En ce qui concerne la stabilité sociale, le groupe Nabni a affirmé que ce type de réformes doit s’accompagner d’un filet social qui permet au plus pauvre, au moins loti, de ne pas en souffrir. Autrement dit, un filet social qui permette de mieux cibler les populations qui ont besoin de soutien social, «parce que le niveau de dépenses de l’Etat en termes de transferts sociaux est très élevé», dira Benhassine. Il ne s’agit pas d’augmenter ces budgets, mais de bien les cibler. Il reconnaît «que techniquement ce n’est pas facile de mettre un système de ciblage juste, ça ne se fait pas en six mois, ça peut être étalé sur plusieurs années, c’est pour cela qu’on parle d’urgence lente», a-t-il souligné.

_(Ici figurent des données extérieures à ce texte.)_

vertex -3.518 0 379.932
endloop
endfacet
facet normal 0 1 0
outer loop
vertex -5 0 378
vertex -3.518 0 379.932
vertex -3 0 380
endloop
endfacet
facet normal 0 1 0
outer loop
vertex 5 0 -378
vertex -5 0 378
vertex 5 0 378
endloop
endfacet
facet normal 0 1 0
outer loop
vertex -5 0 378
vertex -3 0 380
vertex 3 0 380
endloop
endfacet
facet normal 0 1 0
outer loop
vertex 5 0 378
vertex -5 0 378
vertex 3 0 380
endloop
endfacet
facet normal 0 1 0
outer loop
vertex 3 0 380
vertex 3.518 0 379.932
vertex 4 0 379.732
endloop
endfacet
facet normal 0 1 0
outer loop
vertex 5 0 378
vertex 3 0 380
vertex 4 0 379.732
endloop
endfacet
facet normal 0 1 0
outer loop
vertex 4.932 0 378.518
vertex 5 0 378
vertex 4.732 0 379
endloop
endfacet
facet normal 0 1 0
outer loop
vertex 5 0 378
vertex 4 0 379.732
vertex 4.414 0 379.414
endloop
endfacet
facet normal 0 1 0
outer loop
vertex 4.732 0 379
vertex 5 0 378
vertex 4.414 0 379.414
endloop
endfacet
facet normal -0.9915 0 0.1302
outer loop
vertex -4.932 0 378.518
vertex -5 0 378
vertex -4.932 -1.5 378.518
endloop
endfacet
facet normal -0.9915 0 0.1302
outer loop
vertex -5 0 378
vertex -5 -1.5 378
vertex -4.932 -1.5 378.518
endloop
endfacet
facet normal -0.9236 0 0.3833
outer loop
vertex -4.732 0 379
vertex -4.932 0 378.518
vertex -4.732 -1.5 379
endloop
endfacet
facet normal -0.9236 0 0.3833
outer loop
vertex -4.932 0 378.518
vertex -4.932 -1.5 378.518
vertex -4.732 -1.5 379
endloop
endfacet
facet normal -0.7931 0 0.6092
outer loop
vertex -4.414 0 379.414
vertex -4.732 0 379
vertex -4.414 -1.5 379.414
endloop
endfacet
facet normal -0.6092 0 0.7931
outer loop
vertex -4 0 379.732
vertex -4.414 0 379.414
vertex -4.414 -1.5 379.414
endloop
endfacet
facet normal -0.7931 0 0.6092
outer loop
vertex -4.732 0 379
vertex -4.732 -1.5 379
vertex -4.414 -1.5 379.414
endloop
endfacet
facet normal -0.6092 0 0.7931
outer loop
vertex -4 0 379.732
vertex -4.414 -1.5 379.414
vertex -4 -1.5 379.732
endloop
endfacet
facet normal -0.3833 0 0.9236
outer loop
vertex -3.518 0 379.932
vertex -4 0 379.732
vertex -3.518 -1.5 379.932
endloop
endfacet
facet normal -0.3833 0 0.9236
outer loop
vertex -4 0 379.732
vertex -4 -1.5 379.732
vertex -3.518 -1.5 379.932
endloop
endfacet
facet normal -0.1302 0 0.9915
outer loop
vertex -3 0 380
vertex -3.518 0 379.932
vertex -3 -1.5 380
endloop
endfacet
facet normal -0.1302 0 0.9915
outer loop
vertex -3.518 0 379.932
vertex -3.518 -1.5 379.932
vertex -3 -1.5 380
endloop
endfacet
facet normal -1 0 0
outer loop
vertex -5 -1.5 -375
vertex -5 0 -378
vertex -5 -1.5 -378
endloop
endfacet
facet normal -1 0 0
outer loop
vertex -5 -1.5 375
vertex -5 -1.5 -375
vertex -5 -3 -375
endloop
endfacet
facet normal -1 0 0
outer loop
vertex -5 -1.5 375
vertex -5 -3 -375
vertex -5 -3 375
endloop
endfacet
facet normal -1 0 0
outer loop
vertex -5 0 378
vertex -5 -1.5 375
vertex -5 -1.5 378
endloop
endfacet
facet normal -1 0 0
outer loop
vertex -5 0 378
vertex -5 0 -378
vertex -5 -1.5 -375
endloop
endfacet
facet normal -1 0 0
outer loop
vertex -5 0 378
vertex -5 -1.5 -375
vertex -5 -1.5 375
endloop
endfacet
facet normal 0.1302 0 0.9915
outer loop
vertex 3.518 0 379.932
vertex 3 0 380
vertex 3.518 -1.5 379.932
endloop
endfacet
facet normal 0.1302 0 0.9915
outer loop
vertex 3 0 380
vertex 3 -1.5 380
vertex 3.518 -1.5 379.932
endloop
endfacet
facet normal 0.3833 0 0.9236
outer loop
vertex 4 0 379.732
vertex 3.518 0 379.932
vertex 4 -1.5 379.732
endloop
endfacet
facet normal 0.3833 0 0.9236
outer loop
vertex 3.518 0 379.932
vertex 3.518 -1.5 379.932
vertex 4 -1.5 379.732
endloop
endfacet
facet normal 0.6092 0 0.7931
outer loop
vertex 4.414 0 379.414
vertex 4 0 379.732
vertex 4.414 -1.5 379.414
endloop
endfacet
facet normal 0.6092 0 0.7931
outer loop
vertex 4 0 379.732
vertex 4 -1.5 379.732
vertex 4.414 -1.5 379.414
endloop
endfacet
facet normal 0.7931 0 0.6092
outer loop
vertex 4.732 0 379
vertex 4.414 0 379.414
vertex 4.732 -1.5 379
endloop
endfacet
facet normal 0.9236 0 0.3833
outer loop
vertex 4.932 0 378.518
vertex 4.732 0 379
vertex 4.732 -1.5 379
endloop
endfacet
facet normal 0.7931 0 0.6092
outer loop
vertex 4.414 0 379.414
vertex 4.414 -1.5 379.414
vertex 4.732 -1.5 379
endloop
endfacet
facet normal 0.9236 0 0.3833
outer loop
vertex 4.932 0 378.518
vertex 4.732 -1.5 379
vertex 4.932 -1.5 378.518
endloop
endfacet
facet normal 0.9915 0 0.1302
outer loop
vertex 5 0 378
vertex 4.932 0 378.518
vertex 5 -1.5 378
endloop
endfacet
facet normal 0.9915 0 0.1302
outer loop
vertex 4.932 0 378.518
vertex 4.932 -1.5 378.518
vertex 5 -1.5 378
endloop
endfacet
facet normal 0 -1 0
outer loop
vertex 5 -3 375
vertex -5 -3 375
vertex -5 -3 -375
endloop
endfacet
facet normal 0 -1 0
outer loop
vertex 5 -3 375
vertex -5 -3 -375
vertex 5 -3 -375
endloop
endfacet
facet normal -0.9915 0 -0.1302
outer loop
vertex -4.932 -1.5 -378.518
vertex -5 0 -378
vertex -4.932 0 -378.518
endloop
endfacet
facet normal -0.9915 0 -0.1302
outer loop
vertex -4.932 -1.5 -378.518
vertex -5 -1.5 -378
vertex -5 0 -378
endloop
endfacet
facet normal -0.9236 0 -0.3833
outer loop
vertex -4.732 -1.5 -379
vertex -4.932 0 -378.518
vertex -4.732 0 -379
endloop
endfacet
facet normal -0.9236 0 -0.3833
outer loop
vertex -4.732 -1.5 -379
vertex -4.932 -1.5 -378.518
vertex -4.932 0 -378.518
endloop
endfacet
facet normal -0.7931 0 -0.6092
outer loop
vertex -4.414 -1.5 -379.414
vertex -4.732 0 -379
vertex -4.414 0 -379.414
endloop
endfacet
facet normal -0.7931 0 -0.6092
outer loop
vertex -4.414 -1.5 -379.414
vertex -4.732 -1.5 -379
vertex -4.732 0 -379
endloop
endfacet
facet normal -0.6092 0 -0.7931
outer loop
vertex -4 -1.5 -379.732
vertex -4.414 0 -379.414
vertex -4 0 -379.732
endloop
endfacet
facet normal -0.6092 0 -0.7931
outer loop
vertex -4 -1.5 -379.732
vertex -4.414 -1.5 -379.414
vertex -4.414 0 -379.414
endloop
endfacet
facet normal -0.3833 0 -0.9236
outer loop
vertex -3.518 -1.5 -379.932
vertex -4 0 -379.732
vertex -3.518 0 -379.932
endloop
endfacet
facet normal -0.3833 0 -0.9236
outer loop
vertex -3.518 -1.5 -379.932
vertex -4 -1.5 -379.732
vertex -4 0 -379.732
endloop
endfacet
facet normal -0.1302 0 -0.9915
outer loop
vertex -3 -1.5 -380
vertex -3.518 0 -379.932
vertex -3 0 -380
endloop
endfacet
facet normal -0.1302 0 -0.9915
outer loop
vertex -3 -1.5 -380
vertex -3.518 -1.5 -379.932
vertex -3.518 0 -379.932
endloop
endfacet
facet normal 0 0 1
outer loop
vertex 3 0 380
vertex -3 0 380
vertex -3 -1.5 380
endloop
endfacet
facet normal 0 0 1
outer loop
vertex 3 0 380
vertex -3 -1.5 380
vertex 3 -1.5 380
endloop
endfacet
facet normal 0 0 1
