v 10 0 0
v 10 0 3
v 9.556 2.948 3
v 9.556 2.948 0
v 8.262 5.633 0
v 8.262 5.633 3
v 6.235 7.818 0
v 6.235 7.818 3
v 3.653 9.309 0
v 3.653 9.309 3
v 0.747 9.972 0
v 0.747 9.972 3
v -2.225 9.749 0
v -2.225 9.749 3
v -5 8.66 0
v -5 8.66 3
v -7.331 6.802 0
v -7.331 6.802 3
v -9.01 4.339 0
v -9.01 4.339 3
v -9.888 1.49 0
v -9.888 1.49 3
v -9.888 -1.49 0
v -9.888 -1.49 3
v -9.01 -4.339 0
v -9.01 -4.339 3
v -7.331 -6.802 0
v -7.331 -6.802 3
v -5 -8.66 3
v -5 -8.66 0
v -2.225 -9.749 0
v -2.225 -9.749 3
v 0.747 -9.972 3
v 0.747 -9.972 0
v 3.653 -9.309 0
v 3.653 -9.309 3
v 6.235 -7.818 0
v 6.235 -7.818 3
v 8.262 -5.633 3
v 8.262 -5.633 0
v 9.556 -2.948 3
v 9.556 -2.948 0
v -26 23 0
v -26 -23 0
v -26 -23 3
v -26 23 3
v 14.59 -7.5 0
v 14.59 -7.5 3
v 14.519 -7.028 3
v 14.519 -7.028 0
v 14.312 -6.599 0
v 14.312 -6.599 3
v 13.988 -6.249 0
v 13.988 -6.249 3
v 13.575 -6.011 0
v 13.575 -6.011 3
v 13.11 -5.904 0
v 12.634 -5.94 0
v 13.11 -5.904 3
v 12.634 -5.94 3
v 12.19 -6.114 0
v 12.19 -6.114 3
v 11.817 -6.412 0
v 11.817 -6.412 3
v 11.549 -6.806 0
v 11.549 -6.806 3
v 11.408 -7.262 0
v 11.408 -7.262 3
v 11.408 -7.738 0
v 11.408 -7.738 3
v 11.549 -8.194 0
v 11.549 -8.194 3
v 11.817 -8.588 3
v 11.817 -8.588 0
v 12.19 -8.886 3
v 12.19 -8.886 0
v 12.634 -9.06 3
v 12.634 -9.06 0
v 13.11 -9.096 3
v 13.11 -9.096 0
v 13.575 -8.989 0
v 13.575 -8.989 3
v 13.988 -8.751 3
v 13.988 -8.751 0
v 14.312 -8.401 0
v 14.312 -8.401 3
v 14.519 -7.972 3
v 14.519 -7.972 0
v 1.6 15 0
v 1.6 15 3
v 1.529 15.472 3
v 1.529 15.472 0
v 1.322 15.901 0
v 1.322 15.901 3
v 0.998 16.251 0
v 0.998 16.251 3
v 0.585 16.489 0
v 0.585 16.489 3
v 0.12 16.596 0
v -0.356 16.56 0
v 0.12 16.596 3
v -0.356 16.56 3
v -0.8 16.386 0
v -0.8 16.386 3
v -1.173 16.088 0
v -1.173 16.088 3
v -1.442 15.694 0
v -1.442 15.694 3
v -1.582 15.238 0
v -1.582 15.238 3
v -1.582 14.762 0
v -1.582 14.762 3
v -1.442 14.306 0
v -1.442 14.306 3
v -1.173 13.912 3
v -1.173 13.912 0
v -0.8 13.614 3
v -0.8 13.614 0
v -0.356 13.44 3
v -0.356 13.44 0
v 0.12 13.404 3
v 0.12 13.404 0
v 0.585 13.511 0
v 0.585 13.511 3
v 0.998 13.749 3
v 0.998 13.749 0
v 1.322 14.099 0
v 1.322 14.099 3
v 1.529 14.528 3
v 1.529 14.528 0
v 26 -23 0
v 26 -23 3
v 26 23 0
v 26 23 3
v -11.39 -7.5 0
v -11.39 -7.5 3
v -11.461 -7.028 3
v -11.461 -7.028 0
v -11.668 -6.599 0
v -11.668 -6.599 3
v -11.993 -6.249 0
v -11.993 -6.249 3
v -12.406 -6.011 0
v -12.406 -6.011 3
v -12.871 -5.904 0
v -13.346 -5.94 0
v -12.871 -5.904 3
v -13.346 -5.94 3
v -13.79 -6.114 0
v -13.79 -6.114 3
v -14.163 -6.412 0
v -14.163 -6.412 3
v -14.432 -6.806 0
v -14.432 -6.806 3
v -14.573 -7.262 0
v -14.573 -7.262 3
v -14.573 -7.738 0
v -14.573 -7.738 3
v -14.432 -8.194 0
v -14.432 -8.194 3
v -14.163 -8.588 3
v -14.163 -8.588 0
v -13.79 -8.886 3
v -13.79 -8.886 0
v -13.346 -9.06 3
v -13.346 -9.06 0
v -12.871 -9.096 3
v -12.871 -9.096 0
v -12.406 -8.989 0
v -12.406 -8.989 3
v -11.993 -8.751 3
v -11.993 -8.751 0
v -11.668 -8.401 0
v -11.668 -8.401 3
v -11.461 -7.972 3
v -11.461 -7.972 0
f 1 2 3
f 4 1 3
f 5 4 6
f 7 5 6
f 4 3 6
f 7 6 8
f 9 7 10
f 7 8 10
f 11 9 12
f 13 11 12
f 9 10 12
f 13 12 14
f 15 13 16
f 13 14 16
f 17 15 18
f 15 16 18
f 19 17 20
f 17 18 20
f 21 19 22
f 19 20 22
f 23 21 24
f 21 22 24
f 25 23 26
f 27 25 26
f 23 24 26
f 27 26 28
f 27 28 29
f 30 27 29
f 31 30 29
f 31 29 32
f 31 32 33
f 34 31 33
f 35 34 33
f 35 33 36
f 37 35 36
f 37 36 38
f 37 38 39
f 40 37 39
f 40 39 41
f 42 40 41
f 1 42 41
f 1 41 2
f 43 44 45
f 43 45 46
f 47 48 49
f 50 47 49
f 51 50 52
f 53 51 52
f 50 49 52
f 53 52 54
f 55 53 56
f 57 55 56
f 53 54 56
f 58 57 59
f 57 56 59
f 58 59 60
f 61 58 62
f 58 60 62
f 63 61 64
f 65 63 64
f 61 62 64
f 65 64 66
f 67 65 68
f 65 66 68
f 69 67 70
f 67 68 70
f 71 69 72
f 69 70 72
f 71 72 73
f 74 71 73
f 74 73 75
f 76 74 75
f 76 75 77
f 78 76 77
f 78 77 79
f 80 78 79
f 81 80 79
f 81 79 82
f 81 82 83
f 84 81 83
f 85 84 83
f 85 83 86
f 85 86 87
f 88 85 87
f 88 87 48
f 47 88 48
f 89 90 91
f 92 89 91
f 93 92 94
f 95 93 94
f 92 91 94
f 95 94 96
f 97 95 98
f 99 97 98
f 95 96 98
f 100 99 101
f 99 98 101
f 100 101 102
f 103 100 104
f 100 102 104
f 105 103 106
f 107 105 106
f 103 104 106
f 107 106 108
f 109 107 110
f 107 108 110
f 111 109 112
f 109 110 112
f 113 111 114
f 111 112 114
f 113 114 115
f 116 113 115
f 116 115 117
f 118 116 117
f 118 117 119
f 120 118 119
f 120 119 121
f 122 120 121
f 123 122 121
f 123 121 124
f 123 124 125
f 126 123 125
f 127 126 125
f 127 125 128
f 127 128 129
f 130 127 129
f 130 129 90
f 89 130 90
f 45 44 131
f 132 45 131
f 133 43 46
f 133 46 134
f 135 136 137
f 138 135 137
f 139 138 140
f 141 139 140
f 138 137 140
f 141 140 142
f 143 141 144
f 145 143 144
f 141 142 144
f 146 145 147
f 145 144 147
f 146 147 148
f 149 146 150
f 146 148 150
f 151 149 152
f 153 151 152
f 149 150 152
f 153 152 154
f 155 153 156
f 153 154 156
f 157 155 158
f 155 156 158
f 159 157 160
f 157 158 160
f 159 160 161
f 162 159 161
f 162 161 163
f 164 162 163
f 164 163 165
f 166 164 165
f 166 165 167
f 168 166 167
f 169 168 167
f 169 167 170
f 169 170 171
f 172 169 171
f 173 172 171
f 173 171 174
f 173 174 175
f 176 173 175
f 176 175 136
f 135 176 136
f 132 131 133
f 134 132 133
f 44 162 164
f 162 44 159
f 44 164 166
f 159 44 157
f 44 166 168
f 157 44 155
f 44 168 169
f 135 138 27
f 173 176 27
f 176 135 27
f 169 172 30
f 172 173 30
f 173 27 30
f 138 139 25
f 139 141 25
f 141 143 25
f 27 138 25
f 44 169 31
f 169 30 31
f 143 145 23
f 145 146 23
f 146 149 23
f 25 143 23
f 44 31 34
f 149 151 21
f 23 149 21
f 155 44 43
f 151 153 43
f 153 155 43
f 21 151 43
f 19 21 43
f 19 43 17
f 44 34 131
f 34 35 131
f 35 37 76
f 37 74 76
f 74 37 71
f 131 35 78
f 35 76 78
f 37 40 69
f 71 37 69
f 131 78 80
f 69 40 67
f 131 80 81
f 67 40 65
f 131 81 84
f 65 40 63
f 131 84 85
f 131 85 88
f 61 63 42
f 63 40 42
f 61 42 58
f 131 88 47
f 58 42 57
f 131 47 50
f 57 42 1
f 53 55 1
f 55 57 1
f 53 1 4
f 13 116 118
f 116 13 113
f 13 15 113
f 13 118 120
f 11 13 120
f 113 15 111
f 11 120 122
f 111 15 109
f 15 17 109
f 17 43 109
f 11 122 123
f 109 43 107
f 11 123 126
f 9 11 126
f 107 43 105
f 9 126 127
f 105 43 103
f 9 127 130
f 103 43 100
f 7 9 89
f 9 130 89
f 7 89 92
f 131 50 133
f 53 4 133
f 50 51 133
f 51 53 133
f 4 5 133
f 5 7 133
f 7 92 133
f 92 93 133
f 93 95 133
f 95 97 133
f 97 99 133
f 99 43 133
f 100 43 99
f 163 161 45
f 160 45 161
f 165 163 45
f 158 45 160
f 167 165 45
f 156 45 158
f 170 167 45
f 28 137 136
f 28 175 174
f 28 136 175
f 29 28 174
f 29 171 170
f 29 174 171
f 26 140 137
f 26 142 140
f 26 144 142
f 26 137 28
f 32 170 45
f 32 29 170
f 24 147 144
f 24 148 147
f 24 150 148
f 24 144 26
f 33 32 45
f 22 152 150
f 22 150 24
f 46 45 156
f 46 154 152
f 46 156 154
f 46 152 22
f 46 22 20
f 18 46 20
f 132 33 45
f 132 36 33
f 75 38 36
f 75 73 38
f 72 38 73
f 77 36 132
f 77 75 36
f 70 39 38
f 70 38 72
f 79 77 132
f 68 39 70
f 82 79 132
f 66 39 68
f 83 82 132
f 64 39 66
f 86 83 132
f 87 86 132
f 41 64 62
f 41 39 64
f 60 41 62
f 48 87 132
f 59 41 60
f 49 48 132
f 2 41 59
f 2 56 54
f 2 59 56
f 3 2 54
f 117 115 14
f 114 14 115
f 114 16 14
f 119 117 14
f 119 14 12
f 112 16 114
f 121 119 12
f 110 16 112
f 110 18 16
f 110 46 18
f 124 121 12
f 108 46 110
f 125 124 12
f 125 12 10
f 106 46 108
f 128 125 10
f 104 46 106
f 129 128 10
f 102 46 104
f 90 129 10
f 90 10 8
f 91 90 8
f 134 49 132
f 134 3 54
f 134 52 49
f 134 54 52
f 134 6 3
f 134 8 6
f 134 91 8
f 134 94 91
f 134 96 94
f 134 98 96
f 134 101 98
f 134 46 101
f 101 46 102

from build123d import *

# Parameters (mm, degrees)
SKETCH_1_W          = 52
SKETCH_1_H          = 46
EXTRUDE_1_DEPTH     = 3
SKETCH_2_R          = 10
SKETCH_2_R_2        = 1.6
CUT_EXTRUDE_1_DEPTH = 4


with BuildPart() as part:
    # 草图1 → 凸台-拉伸1 (new body)
    with BuildSketch(Plane.XY):
        Rectangle(SKETCH_1_W, SKETCH_1_H)
    extrude(amount=EXTRUDE_1_DEPTH)

    # 草图2 → 切除-拉伸1 (cut, through all)
    with BuildSketch(Plane.XY.offset(3)):
        Circle(SKETCH_2_R)
        with Locations((0, 15)):
            Circle(SKETCH_2_R_2)
        with Locations((12.990381057, -7.5)):
            Circle(SKETCH_2_R_2)
        with Locations((-12.990381057, -7.5)):
            Circle(SKETCH_2_R_2)
    extrude(amount=-CUT_EXTRUDE_1_DEPTH, mode=Mode.SUBTRACT)


solid = part.part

Le groupe Nabni est persuadé que tous les virages à prendre dans des domaines de l’économie ou dans d’autres secteurs ne peuvent être possibles qu’avec un réel changement de gouvernance. Les experts du FCE se sont montrés très sceptiques. Le président du Forum, Réda Hamiani, a carrément affirmé que le blocage est «politique» et qu’il s’agit bien «de gouvernance et de rapport de force politique»
L’économiste Nadjy Benhassine dira que le groupe Nabni a été mis sur pied pour développer des idées et des expertises avec une large contribution de la société civile. «On ne veut pas faire un coup d’Etat, mais on veut tout simplement pousser les politiques à s’attaquer aux vrais problèmes de l’économie algérienne et à d’autres secteurs». Ils suggèrent la création d’un Haut conseil au développement économique, présidé par le président de la République, dissoudre toutes les institutions actuelles de soutien aux entreprises en les substituant par une seule agence, animée par des experts capables de concevoir une meilleure stratégie industrielle. Ainsi que la réorganisation des institutions de l’exécution et de l’évaluation des politiques.
Le conférencier a affirmé que son groupe mènera dans les jours à venir une campagne de sensibilisation au niveau local. «On va commencer notre initiative à Mostaganem, là où il y a un mouvement associatif très actif», dira-t-il.